O papel de Sartre foi extrair do conceito de emoção essa carga fisiológica, liberando o corpo de ser o depósito das emoções ou como uma espécie de reator, através do qual as pressões e tensões externas encontrariam um desafogo. Embora seja o corpo o suporte que sinaliza estados emocionais, seja vertendo lágrimas, seja explodindo em riso, Sartre frisou que a origem da emoção não é corporal. A emoção é uma consciência.
O que significa consciência? No entender de Sartre, consciência é um modo de apreender o mundo que se manifesta na relação necessária entre um sujeito e um objeto. “A emoção é uma maneira de apreender o mundo” . Nesse jogo com o mundo, há um sujeito emocionado e um objeto emocionante que estão indissoluvelmente unidos. De modo que um sujeito X, que está com medo de um bairro violento, não é consciente do medo, mas consciente do objeto em questão: o bairro. A consciência é consciência do bairro violento. A síntese que se forma entre o medroso e o bairro se chama emoção.

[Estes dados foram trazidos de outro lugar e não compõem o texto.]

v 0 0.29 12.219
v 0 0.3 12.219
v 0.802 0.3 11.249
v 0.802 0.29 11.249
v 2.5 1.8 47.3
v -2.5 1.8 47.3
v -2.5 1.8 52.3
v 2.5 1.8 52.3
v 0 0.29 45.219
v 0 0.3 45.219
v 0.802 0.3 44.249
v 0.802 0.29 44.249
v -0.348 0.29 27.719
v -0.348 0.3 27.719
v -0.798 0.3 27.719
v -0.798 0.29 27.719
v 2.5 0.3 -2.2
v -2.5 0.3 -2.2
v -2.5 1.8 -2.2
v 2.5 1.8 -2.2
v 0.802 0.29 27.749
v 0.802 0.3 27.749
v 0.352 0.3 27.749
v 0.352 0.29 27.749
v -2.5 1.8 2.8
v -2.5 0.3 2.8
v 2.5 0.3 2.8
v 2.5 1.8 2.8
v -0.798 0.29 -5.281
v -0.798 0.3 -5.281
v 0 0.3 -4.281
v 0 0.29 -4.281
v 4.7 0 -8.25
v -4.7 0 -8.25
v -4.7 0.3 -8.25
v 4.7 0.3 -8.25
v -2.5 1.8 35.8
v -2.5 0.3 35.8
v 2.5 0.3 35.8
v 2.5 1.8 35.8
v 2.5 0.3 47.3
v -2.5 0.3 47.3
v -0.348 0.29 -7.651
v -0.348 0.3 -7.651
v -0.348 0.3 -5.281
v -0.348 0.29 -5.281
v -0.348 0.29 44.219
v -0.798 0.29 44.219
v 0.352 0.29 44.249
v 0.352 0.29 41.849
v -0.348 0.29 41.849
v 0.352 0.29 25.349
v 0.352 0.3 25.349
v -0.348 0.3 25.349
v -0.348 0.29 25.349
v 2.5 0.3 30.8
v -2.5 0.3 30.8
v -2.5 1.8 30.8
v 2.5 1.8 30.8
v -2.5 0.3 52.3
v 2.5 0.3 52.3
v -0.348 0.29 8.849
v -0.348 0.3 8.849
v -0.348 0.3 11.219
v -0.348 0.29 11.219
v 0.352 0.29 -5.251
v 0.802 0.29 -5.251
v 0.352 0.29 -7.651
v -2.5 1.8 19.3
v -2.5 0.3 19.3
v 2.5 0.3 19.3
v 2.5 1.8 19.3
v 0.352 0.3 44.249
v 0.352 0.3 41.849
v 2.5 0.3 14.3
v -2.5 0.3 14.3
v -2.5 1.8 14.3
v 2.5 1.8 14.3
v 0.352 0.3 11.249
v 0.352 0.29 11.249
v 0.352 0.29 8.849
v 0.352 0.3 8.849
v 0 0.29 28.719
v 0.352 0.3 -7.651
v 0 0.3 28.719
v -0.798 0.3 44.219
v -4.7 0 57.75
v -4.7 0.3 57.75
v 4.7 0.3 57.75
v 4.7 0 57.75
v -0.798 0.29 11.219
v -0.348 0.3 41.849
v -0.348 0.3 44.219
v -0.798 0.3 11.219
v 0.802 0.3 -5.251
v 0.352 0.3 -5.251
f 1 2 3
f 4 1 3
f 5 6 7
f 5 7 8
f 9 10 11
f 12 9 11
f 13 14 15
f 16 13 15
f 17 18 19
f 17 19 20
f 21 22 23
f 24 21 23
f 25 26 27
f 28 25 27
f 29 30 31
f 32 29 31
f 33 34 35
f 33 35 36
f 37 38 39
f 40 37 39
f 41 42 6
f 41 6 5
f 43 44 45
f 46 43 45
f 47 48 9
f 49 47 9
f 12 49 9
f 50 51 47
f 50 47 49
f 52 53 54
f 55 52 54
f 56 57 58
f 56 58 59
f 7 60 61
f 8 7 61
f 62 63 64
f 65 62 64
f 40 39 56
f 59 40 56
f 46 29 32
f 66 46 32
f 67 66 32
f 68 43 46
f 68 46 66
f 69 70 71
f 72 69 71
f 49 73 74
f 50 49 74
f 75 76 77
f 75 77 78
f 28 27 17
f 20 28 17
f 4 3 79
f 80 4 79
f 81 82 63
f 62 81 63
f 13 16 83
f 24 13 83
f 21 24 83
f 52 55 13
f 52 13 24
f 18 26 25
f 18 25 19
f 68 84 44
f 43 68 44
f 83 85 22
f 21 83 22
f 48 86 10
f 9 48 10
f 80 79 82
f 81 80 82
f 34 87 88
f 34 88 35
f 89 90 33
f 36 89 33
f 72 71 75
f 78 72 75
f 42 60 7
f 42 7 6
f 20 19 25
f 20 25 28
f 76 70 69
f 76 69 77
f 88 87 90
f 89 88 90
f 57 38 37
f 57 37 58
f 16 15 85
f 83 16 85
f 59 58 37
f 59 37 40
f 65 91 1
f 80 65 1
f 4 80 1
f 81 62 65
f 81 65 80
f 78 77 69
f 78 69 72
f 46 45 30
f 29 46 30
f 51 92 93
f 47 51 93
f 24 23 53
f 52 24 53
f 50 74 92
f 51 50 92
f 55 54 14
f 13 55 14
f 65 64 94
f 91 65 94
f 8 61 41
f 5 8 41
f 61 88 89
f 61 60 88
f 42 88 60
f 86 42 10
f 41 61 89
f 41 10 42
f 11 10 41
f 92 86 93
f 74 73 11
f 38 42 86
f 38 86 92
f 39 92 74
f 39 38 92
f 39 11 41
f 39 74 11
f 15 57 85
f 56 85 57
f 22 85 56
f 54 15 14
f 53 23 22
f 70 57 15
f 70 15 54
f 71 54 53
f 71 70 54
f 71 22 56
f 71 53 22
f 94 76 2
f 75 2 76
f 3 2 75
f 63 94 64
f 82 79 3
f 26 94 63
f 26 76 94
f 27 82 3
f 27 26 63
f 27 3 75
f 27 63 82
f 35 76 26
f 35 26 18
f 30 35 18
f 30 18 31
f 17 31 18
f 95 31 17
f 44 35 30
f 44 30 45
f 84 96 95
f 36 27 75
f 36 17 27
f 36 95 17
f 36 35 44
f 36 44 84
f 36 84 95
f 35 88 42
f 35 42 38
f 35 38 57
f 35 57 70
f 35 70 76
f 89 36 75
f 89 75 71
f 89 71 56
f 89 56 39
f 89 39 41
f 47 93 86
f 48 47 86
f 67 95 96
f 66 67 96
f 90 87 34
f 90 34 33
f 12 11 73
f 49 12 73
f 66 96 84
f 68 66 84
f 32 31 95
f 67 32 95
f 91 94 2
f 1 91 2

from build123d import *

# Parameters (mm, degrees)
SKETCH1_W           = 9.4
SKETCH1_H           = 16.5
BOSS_EXTRUDE1_DEPTH = 0.3
SKETCH2_W           = 5
SKETCH2_H           = 5
BOSS_EXTRUDE2_DEPTH = 1.5
CUT_EXTRUDE1_DEPTH  = 0.01
LPATTERN1_COUNT     = 4
LPATTERN1_PITCH     = 16.5


with BuildPart() as part:
    # Sketch1 → Boss-Extrude1 (new body)
    with BuildSketch(Plane(origin=(0, 0, 0), x_dir=(1, 0, 0), z_dir=(0, 1, 0))):
        Rectangle(SKETCH1_W, SKETCH1_H)
    boss_extrude1 = extrude(amount=BOSS_EXTRUDE1_DEPTH)

    # Sketch2 → Boss-Extrude2 (add)
    with BuildSketch(Plane(origin=(0, 0.3, 0), x_dir=(1, 0, 0), z_dir=(0, 1, 0))):
        with Locations((0, -0.3)):
            Rectangle(SKETCH2_W, SKETCH2_H)
    boss_extrude2 = extrude(amount=BOSS_EXTRUDE2_DEPTH)

    # Sketch3 → Cut-Extrude1 (cut)
    with BuildSketch(Plane(origin=(0, 0.3, 0), x_dir=(1, 0, 0), z_dir=(0, 1, 0))):
        Polygon((-0.34778048, 5.281417879), (-0.79778048, 5.281417879), (0, 4.281417879), (0.80221952, 5.251170562), (0.35221952, 5.251170562), (0.35221952, 7.651170562), (-0.34778048, 7.651170562), align=None)
    cut_extrude1 = extrude(amount=-CUT_EXTRUDE1_DEPTH, mode=Mode.SUBTRACT)

    # LPattern1: Boss-Extrude1, Boss-Extrude2, Cut-Extrude1 ×4
    with Locations(*[(0, 0, i * LPATTERN1_PITCH) for i in range(1, LPATTERN1_COUNT)]):
        add(boss_extrude1)
        add(boss_extrude2)
        add(cut_extrude1, mode=Mode.SUBTRACT)


solid = part.part
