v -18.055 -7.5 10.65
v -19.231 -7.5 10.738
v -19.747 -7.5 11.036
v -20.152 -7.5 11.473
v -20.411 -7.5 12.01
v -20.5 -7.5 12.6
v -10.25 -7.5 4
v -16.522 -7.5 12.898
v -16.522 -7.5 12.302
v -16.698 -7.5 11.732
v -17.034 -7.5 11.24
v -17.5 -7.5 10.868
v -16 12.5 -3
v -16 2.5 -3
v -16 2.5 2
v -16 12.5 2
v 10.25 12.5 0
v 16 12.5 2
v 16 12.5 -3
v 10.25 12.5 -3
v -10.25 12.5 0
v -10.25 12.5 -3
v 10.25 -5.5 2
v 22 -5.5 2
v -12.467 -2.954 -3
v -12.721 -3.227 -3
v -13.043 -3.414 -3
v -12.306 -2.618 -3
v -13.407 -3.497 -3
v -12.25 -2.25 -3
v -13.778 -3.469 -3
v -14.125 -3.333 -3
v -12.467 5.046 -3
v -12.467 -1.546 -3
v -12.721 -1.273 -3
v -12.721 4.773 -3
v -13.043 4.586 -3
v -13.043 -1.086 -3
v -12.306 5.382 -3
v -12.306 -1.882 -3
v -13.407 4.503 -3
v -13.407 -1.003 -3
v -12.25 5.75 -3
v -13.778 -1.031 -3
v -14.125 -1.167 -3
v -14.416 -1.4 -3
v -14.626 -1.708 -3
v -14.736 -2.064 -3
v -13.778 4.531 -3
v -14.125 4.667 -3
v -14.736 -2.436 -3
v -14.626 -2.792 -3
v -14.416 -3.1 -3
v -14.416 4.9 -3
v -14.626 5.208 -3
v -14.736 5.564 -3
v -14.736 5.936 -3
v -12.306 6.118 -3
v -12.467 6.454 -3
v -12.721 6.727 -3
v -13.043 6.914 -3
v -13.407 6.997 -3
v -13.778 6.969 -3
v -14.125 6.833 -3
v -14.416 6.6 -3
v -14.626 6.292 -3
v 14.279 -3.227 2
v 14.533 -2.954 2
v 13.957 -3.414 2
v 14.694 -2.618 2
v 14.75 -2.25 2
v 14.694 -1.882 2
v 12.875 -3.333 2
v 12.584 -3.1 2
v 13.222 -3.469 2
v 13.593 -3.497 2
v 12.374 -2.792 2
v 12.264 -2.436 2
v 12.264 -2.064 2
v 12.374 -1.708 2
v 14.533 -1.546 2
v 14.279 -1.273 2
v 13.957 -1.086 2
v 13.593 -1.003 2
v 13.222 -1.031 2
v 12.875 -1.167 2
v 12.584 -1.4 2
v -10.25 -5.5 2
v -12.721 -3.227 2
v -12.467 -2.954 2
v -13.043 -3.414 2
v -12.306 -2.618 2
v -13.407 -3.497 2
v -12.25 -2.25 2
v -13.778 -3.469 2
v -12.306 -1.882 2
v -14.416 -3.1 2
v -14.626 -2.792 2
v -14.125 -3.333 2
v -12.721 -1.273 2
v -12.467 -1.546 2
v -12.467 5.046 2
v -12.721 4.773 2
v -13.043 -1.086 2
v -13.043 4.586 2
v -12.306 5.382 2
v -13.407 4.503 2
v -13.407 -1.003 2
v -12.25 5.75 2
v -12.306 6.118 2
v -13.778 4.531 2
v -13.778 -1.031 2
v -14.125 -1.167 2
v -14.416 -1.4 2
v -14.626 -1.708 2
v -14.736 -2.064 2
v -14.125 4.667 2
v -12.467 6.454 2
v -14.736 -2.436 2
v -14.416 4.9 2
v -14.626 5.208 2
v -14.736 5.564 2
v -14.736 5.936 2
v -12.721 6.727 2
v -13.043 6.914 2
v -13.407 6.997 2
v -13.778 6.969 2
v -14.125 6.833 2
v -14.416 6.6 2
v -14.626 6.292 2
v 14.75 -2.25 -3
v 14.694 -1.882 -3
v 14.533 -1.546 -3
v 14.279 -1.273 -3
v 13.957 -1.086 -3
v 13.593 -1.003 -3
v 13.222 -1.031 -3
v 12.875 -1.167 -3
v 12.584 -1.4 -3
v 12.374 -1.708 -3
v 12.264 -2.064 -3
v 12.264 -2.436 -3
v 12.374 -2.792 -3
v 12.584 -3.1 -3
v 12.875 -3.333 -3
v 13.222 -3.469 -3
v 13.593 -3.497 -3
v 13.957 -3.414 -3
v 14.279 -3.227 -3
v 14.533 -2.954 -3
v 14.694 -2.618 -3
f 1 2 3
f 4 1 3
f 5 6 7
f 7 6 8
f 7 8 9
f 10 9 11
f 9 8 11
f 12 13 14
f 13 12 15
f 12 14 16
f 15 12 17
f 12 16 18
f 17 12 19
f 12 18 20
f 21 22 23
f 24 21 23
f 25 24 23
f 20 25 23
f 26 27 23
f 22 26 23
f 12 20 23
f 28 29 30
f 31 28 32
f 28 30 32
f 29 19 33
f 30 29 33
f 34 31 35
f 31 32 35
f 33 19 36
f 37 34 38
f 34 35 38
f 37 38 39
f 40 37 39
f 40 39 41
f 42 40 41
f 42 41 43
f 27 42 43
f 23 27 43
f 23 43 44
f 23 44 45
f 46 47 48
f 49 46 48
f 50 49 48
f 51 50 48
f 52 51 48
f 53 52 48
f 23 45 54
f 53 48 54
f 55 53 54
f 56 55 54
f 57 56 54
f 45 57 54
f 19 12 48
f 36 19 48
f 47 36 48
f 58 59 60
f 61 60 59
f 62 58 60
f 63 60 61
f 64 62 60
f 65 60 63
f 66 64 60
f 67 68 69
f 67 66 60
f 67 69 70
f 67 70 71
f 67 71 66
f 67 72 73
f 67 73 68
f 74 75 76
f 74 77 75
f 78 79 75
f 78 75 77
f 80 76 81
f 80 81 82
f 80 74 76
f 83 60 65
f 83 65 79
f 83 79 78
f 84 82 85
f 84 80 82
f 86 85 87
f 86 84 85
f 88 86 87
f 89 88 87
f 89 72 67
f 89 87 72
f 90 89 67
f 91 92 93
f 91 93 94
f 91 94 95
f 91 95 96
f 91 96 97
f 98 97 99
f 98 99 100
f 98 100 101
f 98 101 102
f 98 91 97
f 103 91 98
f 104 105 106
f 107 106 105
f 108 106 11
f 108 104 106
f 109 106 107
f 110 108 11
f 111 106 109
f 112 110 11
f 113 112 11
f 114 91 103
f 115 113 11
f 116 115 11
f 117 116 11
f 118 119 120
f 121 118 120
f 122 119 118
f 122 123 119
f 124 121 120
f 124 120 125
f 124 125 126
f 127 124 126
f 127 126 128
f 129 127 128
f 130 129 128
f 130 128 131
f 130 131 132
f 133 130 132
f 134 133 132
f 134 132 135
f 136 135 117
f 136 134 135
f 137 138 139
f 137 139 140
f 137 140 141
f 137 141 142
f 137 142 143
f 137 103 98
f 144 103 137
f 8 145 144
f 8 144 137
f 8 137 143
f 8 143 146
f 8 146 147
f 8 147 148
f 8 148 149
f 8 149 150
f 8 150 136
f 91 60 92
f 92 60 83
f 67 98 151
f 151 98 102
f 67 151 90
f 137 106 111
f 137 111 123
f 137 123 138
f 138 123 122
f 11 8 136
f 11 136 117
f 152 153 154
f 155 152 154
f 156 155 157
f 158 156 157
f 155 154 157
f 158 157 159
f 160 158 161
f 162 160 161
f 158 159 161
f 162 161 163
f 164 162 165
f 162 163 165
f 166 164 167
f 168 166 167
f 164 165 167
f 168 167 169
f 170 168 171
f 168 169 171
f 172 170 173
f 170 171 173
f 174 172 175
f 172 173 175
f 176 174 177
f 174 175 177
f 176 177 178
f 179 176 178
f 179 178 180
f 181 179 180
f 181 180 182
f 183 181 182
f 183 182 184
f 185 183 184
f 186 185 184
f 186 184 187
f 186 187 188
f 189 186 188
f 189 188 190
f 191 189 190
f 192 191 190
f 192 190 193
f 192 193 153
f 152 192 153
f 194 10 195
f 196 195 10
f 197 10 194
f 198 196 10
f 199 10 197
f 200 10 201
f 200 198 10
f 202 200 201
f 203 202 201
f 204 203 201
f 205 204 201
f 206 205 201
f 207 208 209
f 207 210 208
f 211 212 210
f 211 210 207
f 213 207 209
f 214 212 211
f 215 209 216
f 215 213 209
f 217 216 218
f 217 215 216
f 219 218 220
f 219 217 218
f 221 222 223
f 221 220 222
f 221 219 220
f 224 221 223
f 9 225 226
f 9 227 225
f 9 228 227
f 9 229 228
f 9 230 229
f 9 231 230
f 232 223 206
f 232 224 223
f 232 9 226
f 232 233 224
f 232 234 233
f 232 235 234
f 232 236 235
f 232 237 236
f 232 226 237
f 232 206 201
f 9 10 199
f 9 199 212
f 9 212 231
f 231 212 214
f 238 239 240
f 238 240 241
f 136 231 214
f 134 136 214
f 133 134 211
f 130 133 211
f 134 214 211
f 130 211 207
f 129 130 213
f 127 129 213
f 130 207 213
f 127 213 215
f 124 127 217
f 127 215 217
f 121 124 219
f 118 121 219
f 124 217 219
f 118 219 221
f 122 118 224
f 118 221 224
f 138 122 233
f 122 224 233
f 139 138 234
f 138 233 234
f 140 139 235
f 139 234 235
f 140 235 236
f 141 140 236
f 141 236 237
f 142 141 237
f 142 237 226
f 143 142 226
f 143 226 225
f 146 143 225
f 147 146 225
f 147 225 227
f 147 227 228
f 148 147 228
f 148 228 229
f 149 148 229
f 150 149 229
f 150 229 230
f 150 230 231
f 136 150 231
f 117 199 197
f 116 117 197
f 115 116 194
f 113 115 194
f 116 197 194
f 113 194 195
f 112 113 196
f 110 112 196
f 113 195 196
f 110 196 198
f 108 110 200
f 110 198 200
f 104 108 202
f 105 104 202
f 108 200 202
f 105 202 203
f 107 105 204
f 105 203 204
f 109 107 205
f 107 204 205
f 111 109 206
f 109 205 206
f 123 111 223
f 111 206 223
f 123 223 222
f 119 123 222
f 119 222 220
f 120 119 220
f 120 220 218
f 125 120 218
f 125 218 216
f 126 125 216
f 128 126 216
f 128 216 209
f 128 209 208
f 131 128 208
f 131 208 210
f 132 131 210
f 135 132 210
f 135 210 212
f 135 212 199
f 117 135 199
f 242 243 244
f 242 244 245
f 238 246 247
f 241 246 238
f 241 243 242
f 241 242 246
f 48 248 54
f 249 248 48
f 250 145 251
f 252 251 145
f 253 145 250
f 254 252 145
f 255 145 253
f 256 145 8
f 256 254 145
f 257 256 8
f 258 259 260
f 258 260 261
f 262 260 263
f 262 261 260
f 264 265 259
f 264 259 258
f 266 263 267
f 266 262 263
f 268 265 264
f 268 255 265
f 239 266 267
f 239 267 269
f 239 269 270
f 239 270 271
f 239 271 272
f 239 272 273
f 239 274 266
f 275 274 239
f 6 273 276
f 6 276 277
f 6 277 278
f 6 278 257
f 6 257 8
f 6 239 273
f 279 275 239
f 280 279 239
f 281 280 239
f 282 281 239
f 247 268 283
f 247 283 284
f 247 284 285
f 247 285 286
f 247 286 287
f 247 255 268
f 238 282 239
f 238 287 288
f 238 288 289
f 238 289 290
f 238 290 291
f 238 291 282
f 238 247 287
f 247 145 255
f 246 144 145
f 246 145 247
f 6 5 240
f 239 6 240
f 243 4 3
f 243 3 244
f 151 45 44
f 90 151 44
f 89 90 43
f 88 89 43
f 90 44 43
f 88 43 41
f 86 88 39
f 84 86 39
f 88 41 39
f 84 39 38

Por aí se vê que a emoção não é nem pode ser uma desordem fisiológica, e sim uma organização que a consciência faz para apreender o mundo, se localizando nele, criando com ele certo ponto de vista; como também certo ponto de partida que será útil para uma ação futura. Essa é a primeira refutação de Sartre. Se deixamos de olhar de fora para dentro, entendemos que a emoção não é efeito de eventos externos. Sentir-se emocionado não é efeito de um objeto emocionante. Não é o bairro violento que me causa medo, nem tampouco é a película cômica a causadora da alegria. Os objetos “bairro” e “película” não carregam em si essa potencialidade. Os objetos não podem ir além do que são. As origens do medo e da alegria estão no modo como a consciência liga o sujeito ao objeto; e, por isso, não estão no modo como o objeto é em-si, mas para mim, diante de mim. A causa da emoção só pode vir de dentro, ou seja, da potência sintética da consciência, que varia de sujeito e de objeto, ganhando relevo maior ou menor conforme decorre essa relação.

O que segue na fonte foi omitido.